Status of every Stage on the multi-stage plan tracked in #2886:

  • Stage 0–3, 6 — ✅ shipped (see the Per-stage detail section above and the Related links below).
  • Stage 4 — ✅ audited / no action (#2901). The four targets were authored before Stage 1 collapsed the FL_WARN string pool; re-audited against post-Stage-1 master, each is either already correctly gated or has nothing further to recover:
    • Channel::showPixels — the has_no_runtime_scaling_v<> trait the #2886 description named does not exist in the source. The actual dispatch in src/fl/chipsets/encoders/pixel_iterator.h:202-216 is a three-way runtime branch against compact 5-line encoders (encodeWS2812_RGB / _RGBW / _RGBWW in src/fl/chipsets/encoders/ws2812.h:35-96). The encoder bodies are too small to be worth a build-flag-gated removal.
    • ChannelEngineRMTImpl::reconfigureForNetwork — body at src/platforms/esp/32/drivers/rmt/rmt_5/channel_driver_rmt.cpp.hpp:1128-1236 is the channel destroy / recreate sequence around a Network state transition. Of 10 diagnostic emissions, 8 are FL_DBG (already gated by FASTLED_HAS_DBG) and 2 are FL_WARN (no-op'd by Stage 1 in release builds). The remaining bytes are essential peripheral teardown.
    • ChannelManager::addDriver — the entire capStr builder block at src/fl/channels/manager.cpp.hpp:117-132 is already wrapped in #if FASTLED_HAS_DBG. Verification only; no fix needed.
    • RmtMemoryManager::handleAllocateTxFailure — at src/platforms/esp/32/drivers/rmt/rmt_5/rmt_memory_manager.cpp.hpp:417-478, already a FL_NO_INLINE cold helper. The 5 FL_LOG_RMT + 10 FL_WARN sites are no-op'd by FASTLED_LOG_VERBOSITY=0, and the size_t computations at lines 451-454 that fed those FL_WARNs are DCE'd by the optimizer.
  • Stage 5 — ✅ audited / no action (#2901). The body at src/fl/stl/basic_string.cpp.hpp:193-283 is the COW + inline-vs-heap storage state machine: four branches (non-owning, unique-heap, COW-heap, inline + inline→heap transition). No formatted-stream machinery in the body to drop; the projected ~0.5-1 KB overestimated.

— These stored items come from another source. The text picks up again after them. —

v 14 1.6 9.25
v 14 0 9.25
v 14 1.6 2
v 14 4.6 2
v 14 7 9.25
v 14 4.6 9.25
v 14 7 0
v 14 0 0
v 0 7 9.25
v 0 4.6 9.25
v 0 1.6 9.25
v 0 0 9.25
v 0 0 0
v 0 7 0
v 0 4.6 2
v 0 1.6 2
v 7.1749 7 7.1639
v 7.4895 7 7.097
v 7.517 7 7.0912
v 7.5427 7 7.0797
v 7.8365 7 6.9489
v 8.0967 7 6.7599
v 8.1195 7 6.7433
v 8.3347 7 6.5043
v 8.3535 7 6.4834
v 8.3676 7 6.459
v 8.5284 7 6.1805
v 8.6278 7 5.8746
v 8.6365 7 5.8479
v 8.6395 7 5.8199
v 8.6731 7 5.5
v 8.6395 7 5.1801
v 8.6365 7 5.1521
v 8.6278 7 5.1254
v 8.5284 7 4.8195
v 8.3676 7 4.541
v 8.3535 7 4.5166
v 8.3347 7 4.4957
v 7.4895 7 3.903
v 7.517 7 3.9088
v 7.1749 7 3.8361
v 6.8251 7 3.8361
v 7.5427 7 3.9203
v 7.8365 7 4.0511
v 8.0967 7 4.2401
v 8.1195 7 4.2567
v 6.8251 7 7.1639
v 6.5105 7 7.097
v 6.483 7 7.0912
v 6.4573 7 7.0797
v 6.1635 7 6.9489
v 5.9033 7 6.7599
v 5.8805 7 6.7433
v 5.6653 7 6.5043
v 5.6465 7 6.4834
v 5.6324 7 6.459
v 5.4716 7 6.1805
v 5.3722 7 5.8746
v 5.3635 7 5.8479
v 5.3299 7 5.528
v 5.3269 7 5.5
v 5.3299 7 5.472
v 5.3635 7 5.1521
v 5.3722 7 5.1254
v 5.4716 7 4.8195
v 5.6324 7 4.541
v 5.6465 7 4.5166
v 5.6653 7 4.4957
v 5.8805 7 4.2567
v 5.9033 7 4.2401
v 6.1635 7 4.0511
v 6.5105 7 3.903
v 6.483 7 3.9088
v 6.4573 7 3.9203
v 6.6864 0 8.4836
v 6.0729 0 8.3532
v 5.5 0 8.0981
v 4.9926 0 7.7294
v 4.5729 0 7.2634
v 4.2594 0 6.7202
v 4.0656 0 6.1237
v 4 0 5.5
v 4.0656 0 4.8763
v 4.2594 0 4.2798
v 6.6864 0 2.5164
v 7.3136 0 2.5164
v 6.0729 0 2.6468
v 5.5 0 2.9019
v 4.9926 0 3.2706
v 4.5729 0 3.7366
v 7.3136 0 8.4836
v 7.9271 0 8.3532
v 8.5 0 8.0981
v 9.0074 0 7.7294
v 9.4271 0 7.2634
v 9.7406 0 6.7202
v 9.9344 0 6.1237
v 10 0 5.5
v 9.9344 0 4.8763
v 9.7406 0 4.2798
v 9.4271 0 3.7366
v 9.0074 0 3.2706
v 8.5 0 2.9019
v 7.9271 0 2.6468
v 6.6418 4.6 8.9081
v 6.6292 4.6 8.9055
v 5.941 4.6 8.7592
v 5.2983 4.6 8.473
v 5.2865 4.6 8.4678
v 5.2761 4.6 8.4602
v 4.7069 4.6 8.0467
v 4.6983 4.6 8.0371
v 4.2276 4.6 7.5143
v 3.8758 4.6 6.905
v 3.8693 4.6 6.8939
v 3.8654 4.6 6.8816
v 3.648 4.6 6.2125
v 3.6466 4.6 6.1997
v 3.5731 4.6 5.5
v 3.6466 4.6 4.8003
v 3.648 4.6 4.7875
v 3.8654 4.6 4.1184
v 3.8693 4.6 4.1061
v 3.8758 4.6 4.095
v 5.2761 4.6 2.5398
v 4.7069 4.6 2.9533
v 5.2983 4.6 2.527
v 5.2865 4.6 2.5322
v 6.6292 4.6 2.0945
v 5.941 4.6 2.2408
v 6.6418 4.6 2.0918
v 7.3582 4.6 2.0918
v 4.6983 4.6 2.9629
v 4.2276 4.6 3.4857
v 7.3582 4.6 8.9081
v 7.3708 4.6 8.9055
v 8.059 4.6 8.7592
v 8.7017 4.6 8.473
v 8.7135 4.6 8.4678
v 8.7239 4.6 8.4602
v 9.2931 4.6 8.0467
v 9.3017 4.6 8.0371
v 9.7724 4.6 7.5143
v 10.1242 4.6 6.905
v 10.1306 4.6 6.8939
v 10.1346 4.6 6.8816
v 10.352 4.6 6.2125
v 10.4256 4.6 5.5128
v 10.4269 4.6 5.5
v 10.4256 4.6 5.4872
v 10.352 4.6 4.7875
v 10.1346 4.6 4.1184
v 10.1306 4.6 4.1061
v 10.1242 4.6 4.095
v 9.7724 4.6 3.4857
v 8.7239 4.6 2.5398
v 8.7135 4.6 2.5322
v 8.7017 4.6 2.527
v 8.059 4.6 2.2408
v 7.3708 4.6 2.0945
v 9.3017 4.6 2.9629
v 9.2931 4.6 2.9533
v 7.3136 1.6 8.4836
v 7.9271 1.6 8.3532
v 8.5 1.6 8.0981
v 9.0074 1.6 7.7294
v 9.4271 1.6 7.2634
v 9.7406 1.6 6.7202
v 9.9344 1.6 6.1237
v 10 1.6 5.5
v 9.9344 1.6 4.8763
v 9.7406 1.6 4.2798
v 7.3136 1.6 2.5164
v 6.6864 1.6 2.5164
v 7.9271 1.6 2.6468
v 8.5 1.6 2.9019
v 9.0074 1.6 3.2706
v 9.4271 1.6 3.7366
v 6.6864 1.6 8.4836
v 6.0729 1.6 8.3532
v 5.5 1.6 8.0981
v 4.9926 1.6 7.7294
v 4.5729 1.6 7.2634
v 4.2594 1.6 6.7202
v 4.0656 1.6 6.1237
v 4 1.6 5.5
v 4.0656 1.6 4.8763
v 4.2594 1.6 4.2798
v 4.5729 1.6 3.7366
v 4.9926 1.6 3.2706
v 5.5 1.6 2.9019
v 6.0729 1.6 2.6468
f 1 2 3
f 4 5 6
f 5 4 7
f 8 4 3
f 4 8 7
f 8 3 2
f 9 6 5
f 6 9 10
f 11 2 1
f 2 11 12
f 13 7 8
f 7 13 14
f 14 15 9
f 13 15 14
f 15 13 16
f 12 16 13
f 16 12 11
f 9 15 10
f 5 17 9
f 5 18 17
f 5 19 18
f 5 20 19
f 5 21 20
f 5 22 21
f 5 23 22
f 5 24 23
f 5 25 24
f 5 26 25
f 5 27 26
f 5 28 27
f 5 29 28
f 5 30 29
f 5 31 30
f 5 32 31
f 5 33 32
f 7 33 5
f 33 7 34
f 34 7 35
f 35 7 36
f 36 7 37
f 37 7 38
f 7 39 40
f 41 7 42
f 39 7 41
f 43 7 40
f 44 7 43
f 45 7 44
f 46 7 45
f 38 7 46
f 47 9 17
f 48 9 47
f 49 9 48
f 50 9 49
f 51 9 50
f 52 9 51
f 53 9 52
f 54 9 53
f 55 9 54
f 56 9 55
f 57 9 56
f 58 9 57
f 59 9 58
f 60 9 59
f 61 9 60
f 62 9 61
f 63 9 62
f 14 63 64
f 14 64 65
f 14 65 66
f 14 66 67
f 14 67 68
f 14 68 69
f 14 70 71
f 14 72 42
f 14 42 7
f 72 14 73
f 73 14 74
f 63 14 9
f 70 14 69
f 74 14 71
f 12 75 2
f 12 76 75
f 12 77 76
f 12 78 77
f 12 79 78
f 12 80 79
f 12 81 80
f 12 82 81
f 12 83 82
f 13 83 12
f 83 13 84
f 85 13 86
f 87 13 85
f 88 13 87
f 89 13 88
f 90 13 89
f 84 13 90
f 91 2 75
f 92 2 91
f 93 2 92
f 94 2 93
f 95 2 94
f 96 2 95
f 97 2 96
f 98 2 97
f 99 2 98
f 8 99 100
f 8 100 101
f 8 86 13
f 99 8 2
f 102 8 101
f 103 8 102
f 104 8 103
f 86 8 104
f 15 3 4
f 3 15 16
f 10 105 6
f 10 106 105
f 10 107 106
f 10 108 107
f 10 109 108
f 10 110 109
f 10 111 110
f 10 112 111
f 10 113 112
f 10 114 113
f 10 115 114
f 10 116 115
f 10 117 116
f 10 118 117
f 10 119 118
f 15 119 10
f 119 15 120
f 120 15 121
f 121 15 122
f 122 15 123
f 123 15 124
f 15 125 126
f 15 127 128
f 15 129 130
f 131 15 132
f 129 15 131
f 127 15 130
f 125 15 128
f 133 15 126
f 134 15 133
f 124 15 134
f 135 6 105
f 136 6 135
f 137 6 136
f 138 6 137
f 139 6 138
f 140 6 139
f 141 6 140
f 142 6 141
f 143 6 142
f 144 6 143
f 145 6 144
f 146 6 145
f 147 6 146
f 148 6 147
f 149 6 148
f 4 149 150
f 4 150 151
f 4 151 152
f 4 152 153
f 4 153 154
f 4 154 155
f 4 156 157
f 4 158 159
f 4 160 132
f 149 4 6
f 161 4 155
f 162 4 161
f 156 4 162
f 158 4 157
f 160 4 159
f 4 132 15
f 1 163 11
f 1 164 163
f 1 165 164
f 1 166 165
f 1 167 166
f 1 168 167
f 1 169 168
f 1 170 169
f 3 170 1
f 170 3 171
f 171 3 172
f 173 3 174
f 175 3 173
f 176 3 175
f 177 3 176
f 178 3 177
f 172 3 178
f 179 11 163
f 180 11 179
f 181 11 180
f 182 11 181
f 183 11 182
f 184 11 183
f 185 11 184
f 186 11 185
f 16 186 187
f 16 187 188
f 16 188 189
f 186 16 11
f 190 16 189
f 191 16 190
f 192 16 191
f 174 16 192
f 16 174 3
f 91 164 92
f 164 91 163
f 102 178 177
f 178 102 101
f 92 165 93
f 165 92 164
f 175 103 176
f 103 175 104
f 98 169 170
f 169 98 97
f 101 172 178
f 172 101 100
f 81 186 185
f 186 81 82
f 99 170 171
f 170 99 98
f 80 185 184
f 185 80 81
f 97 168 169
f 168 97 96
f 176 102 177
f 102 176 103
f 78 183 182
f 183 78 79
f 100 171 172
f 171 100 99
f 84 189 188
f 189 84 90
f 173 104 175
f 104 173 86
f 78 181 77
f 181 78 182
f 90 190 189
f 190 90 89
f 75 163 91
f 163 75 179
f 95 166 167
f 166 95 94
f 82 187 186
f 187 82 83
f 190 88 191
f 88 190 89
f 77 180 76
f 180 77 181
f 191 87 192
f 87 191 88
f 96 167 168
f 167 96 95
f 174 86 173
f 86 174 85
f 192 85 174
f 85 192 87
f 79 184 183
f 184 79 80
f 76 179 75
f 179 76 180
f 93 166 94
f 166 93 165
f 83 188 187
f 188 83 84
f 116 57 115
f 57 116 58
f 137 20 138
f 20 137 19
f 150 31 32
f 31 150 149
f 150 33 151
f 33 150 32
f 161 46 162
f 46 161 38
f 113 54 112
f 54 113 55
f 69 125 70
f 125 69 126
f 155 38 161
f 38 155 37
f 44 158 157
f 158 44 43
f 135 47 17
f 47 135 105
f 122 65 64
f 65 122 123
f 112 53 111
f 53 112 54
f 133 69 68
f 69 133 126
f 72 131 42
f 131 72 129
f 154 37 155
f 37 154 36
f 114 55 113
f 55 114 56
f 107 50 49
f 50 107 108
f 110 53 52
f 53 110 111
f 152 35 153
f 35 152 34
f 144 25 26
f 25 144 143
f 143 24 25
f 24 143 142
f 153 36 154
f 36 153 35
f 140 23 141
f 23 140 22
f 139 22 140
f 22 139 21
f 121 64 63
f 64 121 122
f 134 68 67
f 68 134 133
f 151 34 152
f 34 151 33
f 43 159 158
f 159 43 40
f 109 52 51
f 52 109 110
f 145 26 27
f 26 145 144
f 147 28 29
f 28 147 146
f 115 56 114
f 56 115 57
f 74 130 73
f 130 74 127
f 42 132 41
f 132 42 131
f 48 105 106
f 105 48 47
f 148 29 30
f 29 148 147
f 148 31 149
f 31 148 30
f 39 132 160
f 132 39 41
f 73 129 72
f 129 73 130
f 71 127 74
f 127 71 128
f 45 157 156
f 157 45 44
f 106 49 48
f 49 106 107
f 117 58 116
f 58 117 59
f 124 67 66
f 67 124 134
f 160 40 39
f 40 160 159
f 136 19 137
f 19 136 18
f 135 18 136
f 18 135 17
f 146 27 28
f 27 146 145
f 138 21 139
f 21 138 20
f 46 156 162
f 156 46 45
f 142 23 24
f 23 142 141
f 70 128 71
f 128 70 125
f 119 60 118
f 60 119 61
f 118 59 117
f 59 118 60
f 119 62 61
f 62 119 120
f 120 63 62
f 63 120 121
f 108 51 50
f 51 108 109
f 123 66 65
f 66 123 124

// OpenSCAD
difference() {
    cube([14, 7, 9.25]);

    translate([-0.1, 1.6, 2])
    cube([15, 3, 9]);
    
    translate([7, -1, 5.5]) 
    rotate([-90, 0, 0])
    cylinder(4, d=6, $fn=30);
    
    translate([7, 4.5, 5.5]) 
    rotate([-90, 0, 0])
    cylinder(2.6, d1=7, d2=3.2, $fn=30);
}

Next round of structural savings — see #2856

The #2886 stages have squeezed every release-build flash-saver knob and audit target available from the current architecture. The next round of real (multi-KB) savings is structural and tracked separately in #2856 "Meta: ESP32-S3 binary-size reduction — Batch 3", covering items 3.1–3.6 (template-trait static dispatch for Channel::showPixels, printf-style log backend, ChannelManager static-bind path, RMT5 encoder dedup, fl::result<T,E> → status code for internal APIs, fixed-size allocation ledger under FASTLED_RMT_STATIC_ALLOCATION). Several of those items are already shipped or in flight on master.